Total Loss = content_weight × content_loss
+ style_weight × style_loss
+ tv_weight × tv_loss
- Content Loss — MSE between feature maps of the generated and content image at the content layer
- Style Loss — MSE between Gram matrices of feature maps across style layers; Gram matrix captures texture/style by computing feature correlations
- TV Loss — Total variation regularization to reduce high-frequency noise in the output
Two optimizers are supported:
| Optimizer | Iterations | Notes |
|---|---|---|
| L-BFGS | 1000 | Second-order; converges faster, matches original paper |
| Adam | 3000 | First-order; more stable on CPU |
L-BFGS with strong_wolfe line search is used by default, matching the original paper's approach.
| Method | Description |
|---|---|
content |
Start from content image (faster convergence) |
random |
Start from Gaussian noise (more stylistic freedom) |
style |
Start from resized style image |
Parameters used in this implementation:
content_img_name = 'golden_gate.jpg'
style_img_name = 'city.jpeg'
height = 400 # Output image height (width scaled proportionally)

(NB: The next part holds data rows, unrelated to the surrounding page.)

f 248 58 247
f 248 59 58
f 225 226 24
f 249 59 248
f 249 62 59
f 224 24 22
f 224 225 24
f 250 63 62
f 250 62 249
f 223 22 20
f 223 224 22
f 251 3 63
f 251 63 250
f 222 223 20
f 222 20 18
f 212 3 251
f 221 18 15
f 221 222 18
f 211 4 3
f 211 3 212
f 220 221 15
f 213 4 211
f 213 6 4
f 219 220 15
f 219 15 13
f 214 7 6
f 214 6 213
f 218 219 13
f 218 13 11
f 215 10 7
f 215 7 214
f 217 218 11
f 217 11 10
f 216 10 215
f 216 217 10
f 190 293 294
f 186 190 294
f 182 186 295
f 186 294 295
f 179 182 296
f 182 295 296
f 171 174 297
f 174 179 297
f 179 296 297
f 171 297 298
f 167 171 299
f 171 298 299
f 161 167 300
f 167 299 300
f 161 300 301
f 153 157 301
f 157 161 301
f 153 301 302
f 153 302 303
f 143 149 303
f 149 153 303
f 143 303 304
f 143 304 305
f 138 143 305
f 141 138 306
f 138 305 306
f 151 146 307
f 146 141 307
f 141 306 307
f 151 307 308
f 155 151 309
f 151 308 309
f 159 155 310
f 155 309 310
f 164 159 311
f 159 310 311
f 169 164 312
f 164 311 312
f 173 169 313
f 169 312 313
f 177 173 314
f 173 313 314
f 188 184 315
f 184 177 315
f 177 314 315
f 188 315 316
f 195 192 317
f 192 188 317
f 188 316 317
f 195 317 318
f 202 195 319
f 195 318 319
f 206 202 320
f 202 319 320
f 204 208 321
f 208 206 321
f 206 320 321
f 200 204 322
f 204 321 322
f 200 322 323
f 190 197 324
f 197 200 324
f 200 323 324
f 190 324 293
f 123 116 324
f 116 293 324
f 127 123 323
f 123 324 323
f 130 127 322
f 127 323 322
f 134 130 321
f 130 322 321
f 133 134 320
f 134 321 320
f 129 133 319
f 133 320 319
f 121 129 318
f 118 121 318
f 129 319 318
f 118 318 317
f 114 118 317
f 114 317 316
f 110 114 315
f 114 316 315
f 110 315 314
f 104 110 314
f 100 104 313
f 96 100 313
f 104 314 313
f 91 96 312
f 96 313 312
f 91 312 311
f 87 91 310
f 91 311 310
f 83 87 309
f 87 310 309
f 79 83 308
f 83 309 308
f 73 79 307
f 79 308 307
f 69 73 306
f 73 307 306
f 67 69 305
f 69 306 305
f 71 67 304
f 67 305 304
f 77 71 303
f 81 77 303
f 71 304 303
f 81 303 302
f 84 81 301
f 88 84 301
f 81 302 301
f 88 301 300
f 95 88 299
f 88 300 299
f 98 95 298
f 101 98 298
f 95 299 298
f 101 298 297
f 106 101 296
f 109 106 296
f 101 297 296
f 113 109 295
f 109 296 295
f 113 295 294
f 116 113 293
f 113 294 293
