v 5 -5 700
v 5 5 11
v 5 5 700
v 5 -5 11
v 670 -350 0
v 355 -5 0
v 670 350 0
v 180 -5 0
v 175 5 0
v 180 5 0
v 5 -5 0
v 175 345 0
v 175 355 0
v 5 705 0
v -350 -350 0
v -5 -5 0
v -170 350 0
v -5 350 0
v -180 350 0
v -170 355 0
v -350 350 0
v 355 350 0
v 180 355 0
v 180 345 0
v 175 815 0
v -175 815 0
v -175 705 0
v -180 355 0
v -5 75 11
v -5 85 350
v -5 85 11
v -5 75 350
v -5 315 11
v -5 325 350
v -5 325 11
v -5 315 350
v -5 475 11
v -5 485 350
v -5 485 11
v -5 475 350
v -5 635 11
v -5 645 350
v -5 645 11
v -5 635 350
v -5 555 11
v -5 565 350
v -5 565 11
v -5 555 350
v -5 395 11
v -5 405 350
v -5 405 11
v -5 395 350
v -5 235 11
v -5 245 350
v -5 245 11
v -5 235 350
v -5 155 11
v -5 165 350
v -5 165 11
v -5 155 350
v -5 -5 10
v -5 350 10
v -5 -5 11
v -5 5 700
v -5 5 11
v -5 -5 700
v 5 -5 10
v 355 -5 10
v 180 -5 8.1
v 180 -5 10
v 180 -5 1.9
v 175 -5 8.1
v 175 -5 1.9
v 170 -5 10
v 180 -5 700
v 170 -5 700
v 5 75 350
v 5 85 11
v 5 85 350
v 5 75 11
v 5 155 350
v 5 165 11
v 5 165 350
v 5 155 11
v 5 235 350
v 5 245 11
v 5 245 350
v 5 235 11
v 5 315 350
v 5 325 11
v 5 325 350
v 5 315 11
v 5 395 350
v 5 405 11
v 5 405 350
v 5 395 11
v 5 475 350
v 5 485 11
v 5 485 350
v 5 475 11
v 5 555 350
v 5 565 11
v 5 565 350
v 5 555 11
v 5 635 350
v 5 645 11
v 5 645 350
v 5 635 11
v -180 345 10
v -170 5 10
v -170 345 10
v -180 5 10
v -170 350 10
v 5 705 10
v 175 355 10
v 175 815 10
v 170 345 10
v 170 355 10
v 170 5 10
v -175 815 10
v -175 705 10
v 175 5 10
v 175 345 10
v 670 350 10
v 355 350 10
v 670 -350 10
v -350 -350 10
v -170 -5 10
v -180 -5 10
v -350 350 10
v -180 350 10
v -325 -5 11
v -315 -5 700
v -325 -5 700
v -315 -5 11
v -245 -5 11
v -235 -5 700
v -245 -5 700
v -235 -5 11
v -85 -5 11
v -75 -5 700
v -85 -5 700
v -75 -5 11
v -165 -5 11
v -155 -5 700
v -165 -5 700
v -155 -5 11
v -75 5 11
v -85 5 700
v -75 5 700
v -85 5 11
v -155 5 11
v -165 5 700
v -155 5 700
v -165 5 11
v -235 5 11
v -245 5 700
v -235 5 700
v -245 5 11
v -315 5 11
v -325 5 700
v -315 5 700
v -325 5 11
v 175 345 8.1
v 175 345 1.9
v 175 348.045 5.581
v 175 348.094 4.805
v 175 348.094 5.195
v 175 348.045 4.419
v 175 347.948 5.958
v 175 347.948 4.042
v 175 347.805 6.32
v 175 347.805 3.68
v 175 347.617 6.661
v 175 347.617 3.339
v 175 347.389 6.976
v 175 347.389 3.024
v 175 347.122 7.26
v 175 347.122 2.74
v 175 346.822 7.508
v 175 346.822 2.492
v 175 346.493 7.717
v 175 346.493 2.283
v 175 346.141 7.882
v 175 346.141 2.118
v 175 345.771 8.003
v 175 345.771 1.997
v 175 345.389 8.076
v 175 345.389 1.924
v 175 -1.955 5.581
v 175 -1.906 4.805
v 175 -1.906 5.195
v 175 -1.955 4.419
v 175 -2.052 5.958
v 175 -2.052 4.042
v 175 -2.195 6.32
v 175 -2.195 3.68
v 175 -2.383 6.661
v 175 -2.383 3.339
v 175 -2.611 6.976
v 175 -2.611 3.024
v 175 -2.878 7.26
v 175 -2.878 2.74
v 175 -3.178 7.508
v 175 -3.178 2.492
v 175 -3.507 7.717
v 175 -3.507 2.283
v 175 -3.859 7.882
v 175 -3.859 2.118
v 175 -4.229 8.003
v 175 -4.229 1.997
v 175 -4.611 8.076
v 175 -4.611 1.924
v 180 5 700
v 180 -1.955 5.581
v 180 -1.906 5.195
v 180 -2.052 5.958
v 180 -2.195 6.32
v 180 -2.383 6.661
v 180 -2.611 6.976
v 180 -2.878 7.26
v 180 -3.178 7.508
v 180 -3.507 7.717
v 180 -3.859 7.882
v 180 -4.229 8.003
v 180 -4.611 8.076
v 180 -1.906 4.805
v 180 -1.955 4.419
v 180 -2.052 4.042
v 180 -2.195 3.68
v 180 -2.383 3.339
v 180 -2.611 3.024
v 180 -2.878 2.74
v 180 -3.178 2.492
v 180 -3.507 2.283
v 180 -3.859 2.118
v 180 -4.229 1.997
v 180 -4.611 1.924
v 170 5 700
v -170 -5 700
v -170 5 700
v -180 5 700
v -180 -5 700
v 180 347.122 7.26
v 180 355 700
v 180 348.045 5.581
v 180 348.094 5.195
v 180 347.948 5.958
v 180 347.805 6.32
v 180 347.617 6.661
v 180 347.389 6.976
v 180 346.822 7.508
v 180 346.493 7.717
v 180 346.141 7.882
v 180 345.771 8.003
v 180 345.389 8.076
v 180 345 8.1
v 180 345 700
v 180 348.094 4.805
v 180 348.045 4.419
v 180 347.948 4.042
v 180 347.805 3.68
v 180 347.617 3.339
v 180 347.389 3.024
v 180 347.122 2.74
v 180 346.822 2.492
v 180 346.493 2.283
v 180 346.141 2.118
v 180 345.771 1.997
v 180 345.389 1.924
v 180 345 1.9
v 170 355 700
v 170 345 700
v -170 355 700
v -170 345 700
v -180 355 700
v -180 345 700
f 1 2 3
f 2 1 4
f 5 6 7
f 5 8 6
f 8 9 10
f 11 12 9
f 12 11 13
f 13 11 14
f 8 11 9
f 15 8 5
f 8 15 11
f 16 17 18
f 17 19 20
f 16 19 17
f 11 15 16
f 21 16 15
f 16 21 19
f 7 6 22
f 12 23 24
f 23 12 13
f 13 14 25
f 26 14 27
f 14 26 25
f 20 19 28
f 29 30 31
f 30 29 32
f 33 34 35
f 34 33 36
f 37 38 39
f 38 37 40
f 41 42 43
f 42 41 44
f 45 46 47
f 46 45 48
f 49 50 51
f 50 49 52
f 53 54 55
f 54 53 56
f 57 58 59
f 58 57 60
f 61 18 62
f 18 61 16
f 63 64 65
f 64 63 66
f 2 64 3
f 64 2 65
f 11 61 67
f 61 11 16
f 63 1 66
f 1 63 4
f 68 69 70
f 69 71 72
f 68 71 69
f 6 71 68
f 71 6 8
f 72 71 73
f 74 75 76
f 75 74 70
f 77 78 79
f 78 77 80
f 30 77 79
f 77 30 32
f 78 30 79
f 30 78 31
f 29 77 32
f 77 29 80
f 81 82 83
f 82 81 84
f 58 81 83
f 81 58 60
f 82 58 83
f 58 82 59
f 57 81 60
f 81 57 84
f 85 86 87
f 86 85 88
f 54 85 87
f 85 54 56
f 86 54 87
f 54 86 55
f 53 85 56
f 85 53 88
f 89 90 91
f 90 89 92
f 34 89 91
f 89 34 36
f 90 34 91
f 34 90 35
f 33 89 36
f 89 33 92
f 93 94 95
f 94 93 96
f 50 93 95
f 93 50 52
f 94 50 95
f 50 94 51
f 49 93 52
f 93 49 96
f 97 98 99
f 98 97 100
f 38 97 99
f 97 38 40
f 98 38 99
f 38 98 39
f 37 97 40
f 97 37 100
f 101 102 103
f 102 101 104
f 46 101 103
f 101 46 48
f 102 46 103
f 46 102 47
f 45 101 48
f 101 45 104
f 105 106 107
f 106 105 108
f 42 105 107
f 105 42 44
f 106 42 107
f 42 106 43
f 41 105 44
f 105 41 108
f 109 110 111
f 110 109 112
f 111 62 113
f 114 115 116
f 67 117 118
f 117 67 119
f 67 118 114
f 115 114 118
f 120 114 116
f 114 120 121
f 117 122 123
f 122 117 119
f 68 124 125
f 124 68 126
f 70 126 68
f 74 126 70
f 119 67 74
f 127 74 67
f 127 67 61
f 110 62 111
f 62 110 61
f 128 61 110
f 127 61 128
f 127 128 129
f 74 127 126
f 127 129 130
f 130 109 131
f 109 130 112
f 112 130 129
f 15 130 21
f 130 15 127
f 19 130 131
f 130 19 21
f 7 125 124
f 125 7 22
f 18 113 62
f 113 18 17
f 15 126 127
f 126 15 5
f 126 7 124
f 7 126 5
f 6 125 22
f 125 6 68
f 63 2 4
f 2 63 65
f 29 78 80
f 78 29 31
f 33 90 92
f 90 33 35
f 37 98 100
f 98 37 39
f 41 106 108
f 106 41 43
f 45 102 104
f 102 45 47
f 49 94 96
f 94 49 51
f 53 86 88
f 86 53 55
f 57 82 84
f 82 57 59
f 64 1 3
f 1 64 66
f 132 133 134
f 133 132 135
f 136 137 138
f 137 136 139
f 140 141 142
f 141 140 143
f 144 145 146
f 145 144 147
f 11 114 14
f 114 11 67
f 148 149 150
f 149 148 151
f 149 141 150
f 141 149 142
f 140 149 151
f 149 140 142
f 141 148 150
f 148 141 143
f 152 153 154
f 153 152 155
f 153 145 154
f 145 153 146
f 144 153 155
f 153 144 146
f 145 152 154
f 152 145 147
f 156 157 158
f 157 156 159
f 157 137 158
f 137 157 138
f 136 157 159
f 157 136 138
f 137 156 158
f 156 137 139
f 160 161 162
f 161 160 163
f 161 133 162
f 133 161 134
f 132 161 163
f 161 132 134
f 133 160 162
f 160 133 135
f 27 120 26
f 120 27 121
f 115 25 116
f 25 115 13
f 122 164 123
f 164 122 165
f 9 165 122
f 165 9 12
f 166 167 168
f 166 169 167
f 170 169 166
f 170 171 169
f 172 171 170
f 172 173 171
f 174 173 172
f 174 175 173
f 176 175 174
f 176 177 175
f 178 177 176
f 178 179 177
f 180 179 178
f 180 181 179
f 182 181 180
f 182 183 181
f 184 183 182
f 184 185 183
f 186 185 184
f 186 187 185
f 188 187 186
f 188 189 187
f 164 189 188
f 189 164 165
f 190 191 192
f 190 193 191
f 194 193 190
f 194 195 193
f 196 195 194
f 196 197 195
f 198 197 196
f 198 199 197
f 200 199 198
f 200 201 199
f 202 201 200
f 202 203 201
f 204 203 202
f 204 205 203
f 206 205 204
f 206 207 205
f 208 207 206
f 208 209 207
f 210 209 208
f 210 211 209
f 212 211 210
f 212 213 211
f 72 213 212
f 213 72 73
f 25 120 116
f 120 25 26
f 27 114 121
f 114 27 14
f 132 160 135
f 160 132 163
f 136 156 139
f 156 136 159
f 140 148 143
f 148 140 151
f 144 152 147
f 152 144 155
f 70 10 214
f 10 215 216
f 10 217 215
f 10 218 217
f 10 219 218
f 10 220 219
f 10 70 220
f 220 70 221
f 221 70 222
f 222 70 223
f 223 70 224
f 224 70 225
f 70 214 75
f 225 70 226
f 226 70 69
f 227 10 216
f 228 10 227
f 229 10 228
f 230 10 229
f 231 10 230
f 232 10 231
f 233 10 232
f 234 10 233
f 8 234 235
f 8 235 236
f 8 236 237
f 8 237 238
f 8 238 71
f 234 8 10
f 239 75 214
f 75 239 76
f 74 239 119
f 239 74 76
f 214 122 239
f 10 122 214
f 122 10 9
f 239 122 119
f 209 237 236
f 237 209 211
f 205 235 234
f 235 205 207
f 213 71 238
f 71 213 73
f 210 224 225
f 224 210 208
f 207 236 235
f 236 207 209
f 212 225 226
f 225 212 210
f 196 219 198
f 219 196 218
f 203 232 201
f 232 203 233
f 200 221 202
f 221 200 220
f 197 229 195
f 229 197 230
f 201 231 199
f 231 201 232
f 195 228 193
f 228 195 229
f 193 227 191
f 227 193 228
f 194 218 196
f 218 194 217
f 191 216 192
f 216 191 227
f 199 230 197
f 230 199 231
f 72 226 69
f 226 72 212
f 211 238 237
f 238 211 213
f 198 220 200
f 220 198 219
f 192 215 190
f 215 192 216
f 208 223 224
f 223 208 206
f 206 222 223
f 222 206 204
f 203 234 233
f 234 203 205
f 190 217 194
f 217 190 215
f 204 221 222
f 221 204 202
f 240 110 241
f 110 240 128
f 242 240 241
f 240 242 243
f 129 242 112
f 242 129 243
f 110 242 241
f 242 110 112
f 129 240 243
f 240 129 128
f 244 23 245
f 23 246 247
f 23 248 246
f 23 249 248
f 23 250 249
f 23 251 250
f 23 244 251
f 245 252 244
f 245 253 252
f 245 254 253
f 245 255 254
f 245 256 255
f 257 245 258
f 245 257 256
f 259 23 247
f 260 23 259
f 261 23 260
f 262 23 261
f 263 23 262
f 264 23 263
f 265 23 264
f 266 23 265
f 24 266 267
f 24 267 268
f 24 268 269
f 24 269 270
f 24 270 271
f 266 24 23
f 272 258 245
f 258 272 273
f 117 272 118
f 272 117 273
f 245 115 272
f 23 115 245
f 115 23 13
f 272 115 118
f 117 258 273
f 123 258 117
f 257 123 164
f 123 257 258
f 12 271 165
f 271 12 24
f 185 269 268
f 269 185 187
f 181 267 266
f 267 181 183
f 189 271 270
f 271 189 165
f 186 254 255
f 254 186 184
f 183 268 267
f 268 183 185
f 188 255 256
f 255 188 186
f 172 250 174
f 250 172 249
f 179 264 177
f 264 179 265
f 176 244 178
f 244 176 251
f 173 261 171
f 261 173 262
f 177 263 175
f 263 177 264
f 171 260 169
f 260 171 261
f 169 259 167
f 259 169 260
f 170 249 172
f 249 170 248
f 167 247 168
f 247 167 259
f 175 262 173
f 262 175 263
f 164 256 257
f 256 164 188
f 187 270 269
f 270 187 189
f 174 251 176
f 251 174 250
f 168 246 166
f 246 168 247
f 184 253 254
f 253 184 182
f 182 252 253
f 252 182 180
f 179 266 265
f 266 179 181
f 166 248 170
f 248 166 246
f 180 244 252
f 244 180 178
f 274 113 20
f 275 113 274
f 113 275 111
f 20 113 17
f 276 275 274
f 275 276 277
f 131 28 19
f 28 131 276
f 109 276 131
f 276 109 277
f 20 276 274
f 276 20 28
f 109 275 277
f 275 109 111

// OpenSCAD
module bar(length, width, height)
{
  translate([-width / 2, -width / 2, 0]) cube([width, width, length]);
}

module side_panel(width, height, bar_width, gap)
{
  difference()
  {
    union()
    {
      for(y = [0:gap + bar_width:height])
      {
        translate([0, y, 0]) bar(width, bar_width, bar_width);
      }
      for(x = [0:gap + bar_width:width])
      {
        translate([x, 0, 0]) bar(bar_width, height, bar_width);
      }
    }
    translate([-bar_width / 2, -bar_width / 2, -1]) cube([width + bar_width, height + bar_width, bar_width + 2]);
  }
}

module corner_post(length, width)
{
  difference()
  {
    bar(length, width, width);
    translate([-width / 2, -width / 2, width / 2]) rotate([0, 90, 0]) cylinder(h = width + 1, d = 6.2, $fn = 50);
  }
}

// Front and Back Panels
side_panel(350, 700, 10, 70); // Left and Right Panels
rotate([0, 0, 90]) side_panel(700, 350, 10, 70); // Corner Posts
translate([175, 0, 0]) corner_post(700, 10);
translate([-175, 0, 0]) corner_post(700, 10);
translate([175, 350, 0]) corner_post(700, 10);
translate([-175, 350, 0]) corner_post(700, 10);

content_weight = 1e5 # Higher → preserve more content structure
style_weight = 3e4 # Higher → stronger style transfer
tv_weight = 1e0 # Smoothness regularization
optimizer = 'lbfgs'
model = 'vgg19'
init_method = 'content'Why these weights? content_weight is set ~3x higher than style_weight to preserve recognizable content structure while still applying strong stylization. tv_weight at 1e0 adds just enough smoothing without blurring detail.
neural-style-transfer/
│
├── NST.ipynb # Main notebook (Google Colab compatible)
│
└── data/
├── content-images/ # Input content images
├── style-images/ # Input style images
└── output-images/ # Generated outputs (created automatically)
Open NST.ipynb in Colab. GPU runtime recommended — go to Runtime > Change runtime type > GPU.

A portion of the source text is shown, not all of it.